The Affiliation Agreements mandated CBS to provide programming for WBTV and WCSC-TV for fifteen years and included conditions regarding notifications of control transfers to the Federal Communications Commission (FCC). The Letter Agreement specified the promotional payment arrangement and noted that this obligation would cease if Jefferson-Pilot assigned or transferred any interest in either station. CBS made the required payments from 1996 until 2005, despite a transfer of the WBTV license to a new subsidiary in 2003 and FCC approval for that transfer.

In October 2005, Jefferson-Pilot Corporation merged with Lincoln National Corporation, retaining 100% ownership and broadcast licenses for its subsidiaries, Jefferson-Pilot Communications/WBTV, Inc. and WCSC, Inc. Jefferson-Pilot transferred its ownership to a newly formed holding company, Lincoln JP Holdings, LP, where Lincoln National held a 99.9% interest. On December 14, 2005, Jefferson-Pilot notified CBS of the merger, and CBS later expressed no objections. The merger was completed on April 3, 2006, with Jefferson-Pilot becoming a subsidiary of Lincoln JP Holdings, LP and changing its name to Lincoln Financial, while maintaining ownership of the stations.

Subsequently, Lincoln Financial requested a $400,000 promotional payment from CBS for 2006, which CBS refused, claiming the merger transferred any interest in the stations and allowed them to terminate the promotional agreement.

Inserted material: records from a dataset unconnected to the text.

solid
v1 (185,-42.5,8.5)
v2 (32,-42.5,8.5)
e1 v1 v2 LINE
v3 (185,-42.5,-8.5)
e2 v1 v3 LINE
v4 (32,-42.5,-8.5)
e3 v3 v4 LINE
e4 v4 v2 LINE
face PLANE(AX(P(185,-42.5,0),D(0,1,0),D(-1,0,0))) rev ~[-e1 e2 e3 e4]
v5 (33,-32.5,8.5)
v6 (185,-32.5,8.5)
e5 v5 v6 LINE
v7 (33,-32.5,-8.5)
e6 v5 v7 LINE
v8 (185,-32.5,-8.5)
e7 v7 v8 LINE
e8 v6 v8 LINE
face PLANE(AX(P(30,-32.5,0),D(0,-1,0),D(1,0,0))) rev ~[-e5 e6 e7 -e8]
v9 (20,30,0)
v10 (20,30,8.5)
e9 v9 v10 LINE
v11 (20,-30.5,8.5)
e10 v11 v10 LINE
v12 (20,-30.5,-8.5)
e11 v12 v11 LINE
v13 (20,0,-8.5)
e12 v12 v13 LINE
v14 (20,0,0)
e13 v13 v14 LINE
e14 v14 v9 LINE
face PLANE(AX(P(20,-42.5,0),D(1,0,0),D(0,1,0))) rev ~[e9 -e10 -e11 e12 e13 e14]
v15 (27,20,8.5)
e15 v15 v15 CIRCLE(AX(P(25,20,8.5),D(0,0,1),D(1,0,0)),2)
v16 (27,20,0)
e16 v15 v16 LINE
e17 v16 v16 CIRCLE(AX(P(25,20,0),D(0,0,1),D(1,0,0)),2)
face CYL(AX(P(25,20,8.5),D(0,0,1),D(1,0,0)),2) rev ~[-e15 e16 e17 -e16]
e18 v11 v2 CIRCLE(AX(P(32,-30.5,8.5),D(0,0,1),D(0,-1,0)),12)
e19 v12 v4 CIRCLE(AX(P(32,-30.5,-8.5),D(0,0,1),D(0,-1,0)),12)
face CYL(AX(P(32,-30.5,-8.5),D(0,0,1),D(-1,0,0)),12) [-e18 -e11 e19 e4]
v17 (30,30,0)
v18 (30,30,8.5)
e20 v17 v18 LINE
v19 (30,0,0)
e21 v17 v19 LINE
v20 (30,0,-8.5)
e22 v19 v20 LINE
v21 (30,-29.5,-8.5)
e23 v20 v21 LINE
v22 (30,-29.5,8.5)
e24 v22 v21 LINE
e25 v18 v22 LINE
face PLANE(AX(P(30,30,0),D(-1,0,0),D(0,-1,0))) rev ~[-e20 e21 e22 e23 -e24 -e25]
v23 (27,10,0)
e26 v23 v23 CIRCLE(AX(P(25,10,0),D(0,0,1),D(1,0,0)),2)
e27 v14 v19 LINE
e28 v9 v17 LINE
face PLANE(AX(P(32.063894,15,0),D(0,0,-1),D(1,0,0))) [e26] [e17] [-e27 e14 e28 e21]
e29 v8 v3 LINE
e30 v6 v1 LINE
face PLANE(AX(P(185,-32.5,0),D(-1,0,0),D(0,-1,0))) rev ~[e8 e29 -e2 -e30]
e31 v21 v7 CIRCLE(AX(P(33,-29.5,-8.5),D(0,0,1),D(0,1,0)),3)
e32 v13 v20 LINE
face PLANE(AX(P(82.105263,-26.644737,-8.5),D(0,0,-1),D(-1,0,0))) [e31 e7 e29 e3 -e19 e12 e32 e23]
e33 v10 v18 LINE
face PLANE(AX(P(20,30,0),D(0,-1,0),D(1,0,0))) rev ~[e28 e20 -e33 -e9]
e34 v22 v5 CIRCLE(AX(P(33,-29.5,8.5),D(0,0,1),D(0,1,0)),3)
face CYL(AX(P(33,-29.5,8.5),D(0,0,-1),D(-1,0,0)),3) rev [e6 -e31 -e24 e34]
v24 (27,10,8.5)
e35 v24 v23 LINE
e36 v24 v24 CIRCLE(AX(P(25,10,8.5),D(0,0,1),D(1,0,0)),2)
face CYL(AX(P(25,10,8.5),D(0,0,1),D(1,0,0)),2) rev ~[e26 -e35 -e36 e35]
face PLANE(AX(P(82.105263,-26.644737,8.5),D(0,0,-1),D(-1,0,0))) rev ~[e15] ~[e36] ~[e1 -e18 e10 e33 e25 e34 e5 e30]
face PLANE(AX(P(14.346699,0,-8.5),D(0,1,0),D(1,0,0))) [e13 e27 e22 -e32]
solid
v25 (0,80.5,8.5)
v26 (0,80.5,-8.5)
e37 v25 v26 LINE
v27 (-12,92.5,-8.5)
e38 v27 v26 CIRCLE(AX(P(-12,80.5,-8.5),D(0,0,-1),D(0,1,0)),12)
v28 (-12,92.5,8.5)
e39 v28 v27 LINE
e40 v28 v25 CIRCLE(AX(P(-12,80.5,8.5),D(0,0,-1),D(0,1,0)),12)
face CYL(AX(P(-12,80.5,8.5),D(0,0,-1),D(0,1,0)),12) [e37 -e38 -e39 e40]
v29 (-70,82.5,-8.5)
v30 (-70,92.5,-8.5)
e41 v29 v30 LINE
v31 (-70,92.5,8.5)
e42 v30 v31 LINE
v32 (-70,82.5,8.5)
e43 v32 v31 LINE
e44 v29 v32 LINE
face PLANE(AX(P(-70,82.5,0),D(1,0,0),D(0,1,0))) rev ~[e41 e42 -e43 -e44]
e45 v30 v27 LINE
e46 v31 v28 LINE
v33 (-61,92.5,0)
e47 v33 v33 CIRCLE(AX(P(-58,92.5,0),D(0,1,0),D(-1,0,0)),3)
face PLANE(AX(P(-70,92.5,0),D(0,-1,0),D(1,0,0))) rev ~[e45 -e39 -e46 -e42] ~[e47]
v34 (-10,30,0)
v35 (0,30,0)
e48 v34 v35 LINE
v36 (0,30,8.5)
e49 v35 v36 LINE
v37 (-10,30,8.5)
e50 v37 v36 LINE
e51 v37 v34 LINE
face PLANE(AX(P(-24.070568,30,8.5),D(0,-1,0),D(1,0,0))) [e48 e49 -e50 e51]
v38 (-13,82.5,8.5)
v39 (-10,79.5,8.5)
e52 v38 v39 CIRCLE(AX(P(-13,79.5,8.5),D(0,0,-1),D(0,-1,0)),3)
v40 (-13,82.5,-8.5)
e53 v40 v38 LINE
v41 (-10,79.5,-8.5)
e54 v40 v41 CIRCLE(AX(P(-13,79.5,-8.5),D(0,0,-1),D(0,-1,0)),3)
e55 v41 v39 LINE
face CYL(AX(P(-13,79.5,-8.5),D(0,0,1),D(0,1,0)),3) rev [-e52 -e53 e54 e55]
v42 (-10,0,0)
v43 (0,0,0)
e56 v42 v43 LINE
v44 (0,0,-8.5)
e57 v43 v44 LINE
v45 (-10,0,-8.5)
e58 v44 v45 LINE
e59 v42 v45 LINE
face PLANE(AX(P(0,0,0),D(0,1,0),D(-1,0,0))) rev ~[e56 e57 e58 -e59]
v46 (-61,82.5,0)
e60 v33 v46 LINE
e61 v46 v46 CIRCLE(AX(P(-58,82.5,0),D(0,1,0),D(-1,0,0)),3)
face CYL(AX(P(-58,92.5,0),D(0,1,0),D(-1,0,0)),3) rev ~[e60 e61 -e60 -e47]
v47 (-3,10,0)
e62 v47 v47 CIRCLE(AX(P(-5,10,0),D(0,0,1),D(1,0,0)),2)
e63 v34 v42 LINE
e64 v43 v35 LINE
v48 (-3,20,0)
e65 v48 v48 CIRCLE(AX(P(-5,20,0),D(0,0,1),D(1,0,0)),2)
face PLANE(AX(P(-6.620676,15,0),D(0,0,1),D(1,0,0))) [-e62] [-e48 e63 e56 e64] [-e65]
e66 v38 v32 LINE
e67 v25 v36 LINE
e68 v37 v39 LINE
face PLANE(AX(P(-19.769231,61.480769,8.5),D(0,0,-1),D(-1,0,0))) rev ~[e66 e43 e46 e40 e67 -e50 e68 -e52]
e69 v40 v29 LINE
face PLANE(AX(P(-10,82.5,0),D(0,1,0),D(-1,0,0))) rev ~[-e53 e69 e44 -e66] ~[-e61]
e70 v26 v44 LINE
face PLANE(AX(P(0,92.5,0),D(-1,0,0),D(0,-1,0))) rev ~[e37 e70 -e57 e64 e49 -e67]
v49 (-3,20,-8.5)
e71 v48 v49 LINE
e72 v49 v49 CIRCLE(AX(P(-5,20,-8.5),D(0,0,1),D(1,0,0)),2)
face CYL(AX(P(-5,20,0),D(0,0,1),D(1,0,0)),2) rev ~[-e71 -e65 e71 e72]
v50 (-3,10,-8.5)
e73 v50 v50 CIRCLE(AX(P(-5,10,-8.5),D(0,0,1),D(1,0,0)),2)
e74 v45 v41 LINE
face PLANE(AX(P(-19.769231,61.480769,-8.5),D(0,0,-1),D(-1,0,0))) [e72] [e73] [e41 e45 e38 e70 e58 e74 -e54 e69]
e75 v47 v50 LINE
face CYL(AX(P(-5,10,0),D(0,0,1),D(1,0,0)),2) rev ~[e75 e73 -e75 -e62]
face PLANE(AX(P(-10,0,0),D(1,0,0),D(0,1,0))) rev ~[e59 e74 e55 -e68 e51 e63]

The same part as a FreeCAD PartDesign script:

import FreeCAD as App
import Part
import Sketcher
from FreeCAD import Vector
Q = App.Units.Quantity


def edges_at(feature, points):
    """Names of the edges that pass closest to the given points."""
    edges = feature.Shape.Edges
    near = lambda p: min(range(len(edges)), key=lambda i: edges[i].distToShape(Part.Vertex(*p))[0])
    return sorted({f"Edge{near(p) + 1}" for p in points})


def add_polygon(sketch, points):
    """Adds a closed chain of lines whose ends are joined by coincident constraints."""
    first, n = sketch.GeometryCount, len(points)
    for a, b in zip(points, points[1:] + points[:1]):
        sketch.addGeometry(Part.LineSegment(App.Vector(*a, 0), App.Vector(*b, 0)), False)
    for i in range(n):
        sketch.addConstraint(Sketcher.Constraint("Coincident", first + i, 2, first + (i + 1) % n, 1))

doc = App.newDocument("Part")
params = doc.addObject("Spreadsheet::Sheet", "Params")
for row, (alias, value) in enumerate([
    ("sketch1_width", "70 mm"),
    ("sketch1_width2", "60 mm"),
    ("sketch1_height", "82.5 mm"),
    ("pad1_length", "17 mm"),
    ("sketch2_height", "30 mm"),
    ("pocket1_length", "8.5 mm"),
    ("sketch3_diameter", "4 mm"),
    ("sketch4_diameter", "6 mm"),
    ("fillet_radius", "12 mm"),
    ("fillet2_radius", "3 mm"),
    ("sketch5_width", "10 mm"),
    ("sketch5_width2", "165 mm"),
    ("sketch5_height", "62.5 mm"),
    ("pad2_length", "17 mm"),
    ("sketch6_height", "30 mm"),
    ("pocket4_length", "8.5 mm"),
    ("sketch7_diameter", "4 mm"),
    ("fillet3_radius", "12 mm"),
    ("fillet4_radius", "3 mm"),
], start=1):
    params.set(f"A{row}", alias)
    params.set(f"B{row}", "=" + value)
    params.setAlias(f"B{row}", alias)

body = doc.addObject("PartDesign::Body", "Body")

# Sketch on XY plane
sketch1 = doc.addObject("Sketcher::SketchObject", "Sketch")
body.addObject(sketch1)
sketch1.AttachmentSupport = (doc.XY_Plane, [""])
sketch1.MapMode = "FlatFace"
add_polygon(sketch1, [(0, 92), (-70, 92), (-70, 82), (-10, 82), (-10, 0), (0, 0)])  # lines 0-5
sketch1.addConstraint(Sketcher.Constraint("Horizontal", 0))
sketch1.addConstraint(Sketcher.Constraint("Vertical", 1))
sketch1.addConstraint(Sketcher.Constraint("Horizontal", 2))
sketch1.addConstraint(Sketcher.Constraint("Vertical", 3))
sketch1.addConstraint(Sketcher.Constraint("Horizontal", 4))
sketch1.addConstraint(Sketcher.Constraint("Vertical", 5))
sketch1.addConstraint(Sketcher.Constraint("Coincident", 4, 2, -1, 1))
sketch1.addConstraint(Sketcher.Constraint("Equal", 4, 1))
sketch1.addConstraint(Sketcher.Constraint("DistanceX", 0, 2, 0, 1, Q("70 mm")))
sketch1.addConstraint(Sketcher.Constraint("DistanceX", 2, 1, 2, 2, Q("60 mm")))
sketch1.addConstraint(Sketcher.Constraint("DistanceY", 3, 2, 3, 1, Q("82.5 mm")))
sketch1.setExpression("Constraints[14]", "Params.sketch1_width")
sketch1.setExpression("Constraints[15]", "Params.sketch1_width2")
sketch1.setExpression("Constraints[16]", "Params.sketch1_height")
pad1 = doc.addObject("PartDesign::Pad", "Pad")
body.addObject(pad1)
pad1.Profile = sketch1
pad1.setExpression("Length", "Params.pad1_length")
pad1.Midplane = True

Lincoln Financial filed a lawsuit on February 6, 2007, seeking a declaratory judgment and damages for unpaid promotional payments for 2006 and 2007. The parties agreed to cross-motions for summary judgment without discovery in July 2007. 

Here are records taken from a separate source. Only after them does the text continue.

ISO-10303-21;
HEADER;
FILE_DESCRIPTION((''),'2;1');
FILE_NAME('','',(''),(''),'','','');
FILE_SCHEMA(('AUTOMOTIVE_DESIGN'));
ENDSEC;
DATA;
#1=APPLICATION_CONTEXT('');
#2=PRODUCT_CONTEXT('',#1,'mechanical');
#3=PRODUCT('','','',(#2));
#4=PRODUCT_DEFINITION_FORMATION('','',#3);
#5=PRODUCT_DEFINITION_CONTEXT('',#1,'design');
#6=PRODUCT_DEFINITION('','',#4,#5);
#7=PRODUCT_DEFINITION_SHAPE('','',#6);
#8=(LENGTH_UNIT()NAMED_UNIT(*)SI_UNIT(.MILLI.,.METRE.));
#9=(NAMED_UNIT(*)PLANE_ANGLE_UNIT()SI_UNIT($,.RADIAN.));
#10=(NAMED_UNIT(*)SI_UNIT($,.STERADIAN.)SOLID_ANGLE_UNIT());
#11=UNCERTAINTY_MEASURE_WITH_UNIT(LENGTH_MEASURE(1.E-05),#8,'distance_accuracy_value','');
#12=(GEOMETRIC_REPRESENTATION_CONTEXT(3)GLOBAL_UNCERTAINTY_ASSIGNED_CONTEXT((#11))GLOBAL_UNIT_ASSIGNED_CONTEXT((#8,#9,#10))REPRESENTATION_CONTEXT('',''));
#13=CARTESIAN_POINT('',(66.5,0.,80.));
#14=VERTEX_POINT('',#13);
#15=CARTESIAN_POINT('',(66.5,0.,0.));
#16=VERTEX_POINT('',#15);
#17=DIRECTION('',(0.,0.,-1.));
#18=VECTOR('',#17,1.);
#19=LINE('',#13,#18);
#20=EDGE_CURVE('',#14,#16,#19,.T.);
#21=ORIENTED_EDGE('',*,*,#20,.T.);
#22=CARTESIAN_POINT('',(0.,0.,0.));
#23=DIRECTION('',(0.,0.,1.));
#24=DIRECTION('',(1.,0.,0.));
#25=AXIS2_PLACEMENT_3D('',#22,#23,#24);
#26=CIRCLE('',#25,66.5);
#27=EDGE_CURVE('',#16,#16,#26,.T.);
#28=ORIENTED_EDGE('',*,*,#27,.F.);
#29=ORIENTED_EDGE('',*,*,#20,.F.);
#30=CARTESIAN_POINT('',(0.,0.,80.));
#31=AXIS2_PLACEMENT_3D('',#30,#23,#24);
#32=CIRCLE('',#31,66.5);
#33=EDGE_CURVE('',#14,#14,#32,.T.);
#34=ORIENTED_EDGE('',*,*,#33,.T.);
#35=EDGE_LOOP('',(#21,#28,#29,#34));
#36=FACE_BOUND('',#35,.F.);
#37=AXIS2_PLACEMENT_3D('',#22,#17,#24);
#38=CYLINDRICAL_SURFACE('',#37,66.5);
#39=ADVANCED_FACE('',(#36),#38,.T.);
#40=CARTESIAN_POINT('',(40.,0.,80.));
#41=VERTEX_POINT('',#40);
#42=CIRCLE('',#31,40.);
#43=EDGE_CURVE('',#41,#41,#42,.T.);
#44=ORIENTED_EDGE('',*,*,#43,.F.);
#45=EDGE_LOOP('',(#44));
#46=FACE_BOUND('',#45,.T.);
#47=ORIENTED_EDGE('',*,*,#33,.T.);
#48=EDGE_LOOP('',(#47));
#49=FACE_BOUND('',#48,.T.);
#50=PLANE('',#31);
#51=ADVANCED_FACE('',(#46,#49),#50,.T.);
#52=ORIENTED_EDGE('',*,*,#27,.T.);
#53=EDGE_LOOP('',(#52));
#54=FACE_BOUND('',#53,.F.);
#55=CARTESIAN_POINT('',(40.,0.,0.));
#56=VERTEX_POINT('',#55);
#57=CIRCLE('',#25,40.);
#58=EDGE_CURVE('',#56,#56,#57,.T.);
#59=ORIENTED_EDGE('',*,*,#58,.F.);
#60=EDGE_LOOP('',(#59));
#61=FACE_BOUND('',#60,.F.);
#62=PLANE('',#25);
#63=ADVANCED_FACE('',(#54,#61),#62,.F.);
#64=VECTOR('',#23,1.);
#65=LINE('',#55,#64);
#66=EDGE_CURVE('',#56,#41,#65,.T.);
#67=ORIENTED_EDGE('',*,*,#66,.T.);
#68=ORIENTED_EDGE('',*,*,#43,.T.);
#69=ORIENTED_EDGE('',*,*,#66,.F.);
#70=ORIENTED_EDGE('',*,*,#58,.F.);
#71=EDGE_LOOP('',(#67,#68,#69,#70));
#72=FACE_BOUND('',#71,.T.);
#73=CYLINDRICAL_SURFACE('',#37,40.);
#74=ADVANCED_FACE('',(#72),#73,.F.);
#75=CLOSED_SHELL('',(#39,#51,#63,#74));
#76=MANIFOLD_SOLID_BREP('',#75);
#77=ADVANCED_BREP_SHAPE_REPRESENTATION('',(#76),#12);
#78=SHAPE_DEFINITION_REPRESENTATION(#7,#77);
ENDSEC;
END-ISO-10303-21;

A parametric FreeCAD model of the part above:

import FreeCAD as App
import Part
import Sketcher
from FreeCAD import Vector
Q = App.Units.Quantity

doc = App.newDocument("Part")
body = doc.addObject("PartDesign::Body", "Body")

# Sketch on XY plane
sketch1 = doc.addObject("Sketcher::SketchObject", "Sketch")
body.addObject(sketch1)
sketch1.AttachmentSupport = (doc.XY_Plane, [""])
sketch1.MapMode = "FlatFace"
sketch1.addGeometry([
    Part.Circle(Vector(0, 0, 0), Vector(0, 0, 1), 66),
    Part.Circle(Vector(0, 0, 0), Vector(0, 0, 1), 40),
], False)
sketch1.addConstraint([
    Sketcher.Constraint("Coincident", 0, 3, -1, 1),
    Sketcher.Constraint("Coincident", 1, 3, -1, 1),
    Sketcher.Constraint("Diameter", 0, Q("133 mm")),
    Sketcher.Constraint("Diameter", 1, Q("80 mm")),
])
pad1 = doc.addObject("PartDesign::Pad", "Pad")
body.addObject(pad1)
pad1.Profile = sketch1
pad1.Length = 80

# Sketch on XY plane
sketch2 = doc.addObject("Sketcher::SketchObject", "Sketch001")
body.addObject(sketch2)
sketch2.AttachmentSupport = (doc.XY_Plane, [""])
sketch2.MapMode = "FlatFace"
sketch2.addGeometry([
    Part.Circle(Vector(0, 0, 0), Vector(0, 0, 1), 66),
    Part.Circle(Vector(0, 0, 0), Vector(0, 0, 1), 40),
], False)
sketch2.addConstraint([
    Sketcher.Constraint("Coincident", 0, 3, -1, 1),
    Sketcher.Constraint("Coincident", 1, 3, -1, 1),
    Sketcher.Constraint("Diameter", 0, Q("133 mm")),
    Sketcher.Constraint("Diameter", 1, Q("80 mm")),
])
pad2 = doc.addObject("PartDesign::Pad", "Pad001")
body.addObject(pad2)
pad2.Profile = sketch2
pad2.Length = 25

doc.recompute()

On March 3, 2008, the district court ruled in favor of Lincoln Financial, determining that the merger did not transfer any interest in WBTV or WCSC, thereby affirming the binding nature of the promotional agreement. The court awarded Lincoln Financial $800,000 plus prejudgment interest. CBS appealed, and the appellate court has jurisdiction under 28 U.S.C.A. § 1291. The summary judgment is reviewed de novo, with the standard that it is appropriate when there are no genuine issues of material fact and the movant is entitled to judgment as a matter of law.

CBS's obligation to make promotional payments under the Letter Agreement is void only if Jefferson-Pilot assigns or transfers interests in either station. The district court clarified that following the acquisition of Jefferson-Pilot Corporation by Lincoln National, Jefferson-Pilot became a subsidiary of Lincoln National and changed its name to Lincoln Financial. However, this merger did not constitute an assignment or transfer of interests in the stations, as Jefferson-Pilot did not assign anything during the merger, only its name was altered.

CBS argued that the merger's change in ownership nullified the promotional payment obligation under the Letter Agreement. While the merger did change Jefferson-Pilot's parent company, the agreement stipulates that payments terminate only if Jefferson-Pilot itself transfers interests, not based on its corporate parent's status. The court found the contractual language clear and unambiguous, rejecting CBS's appeal to consider external evidence of intent. Additionally, the historical relationship between CBS and Jefferson-Pilot remained intact post-merger, supporting the conclusion that the promotional payments were still valid.

The district court granted Lincoln Financial's motion for summary judgment, affirming that both Lincoln JP Holdings, LP and Lincoln JP Company, LLC were absorbed into Lincoln National Corporation in March 2007. Jurisdiction was established under 28 U.S.C.A. § 1332, with CBS as a New York corporation and Lincoln National as an Indiana corporation, and Lincoln Financial as a North Carolina corporation. The amount in controversy exceeded $75,000. Although there was a dispute over which state's law governed the interpretation of the Letter Agreement, CBS and Lincoln Financial agreed there was no significant difference between New York and North Carolina law, leading the district court to avoid a resolution on the choice of law.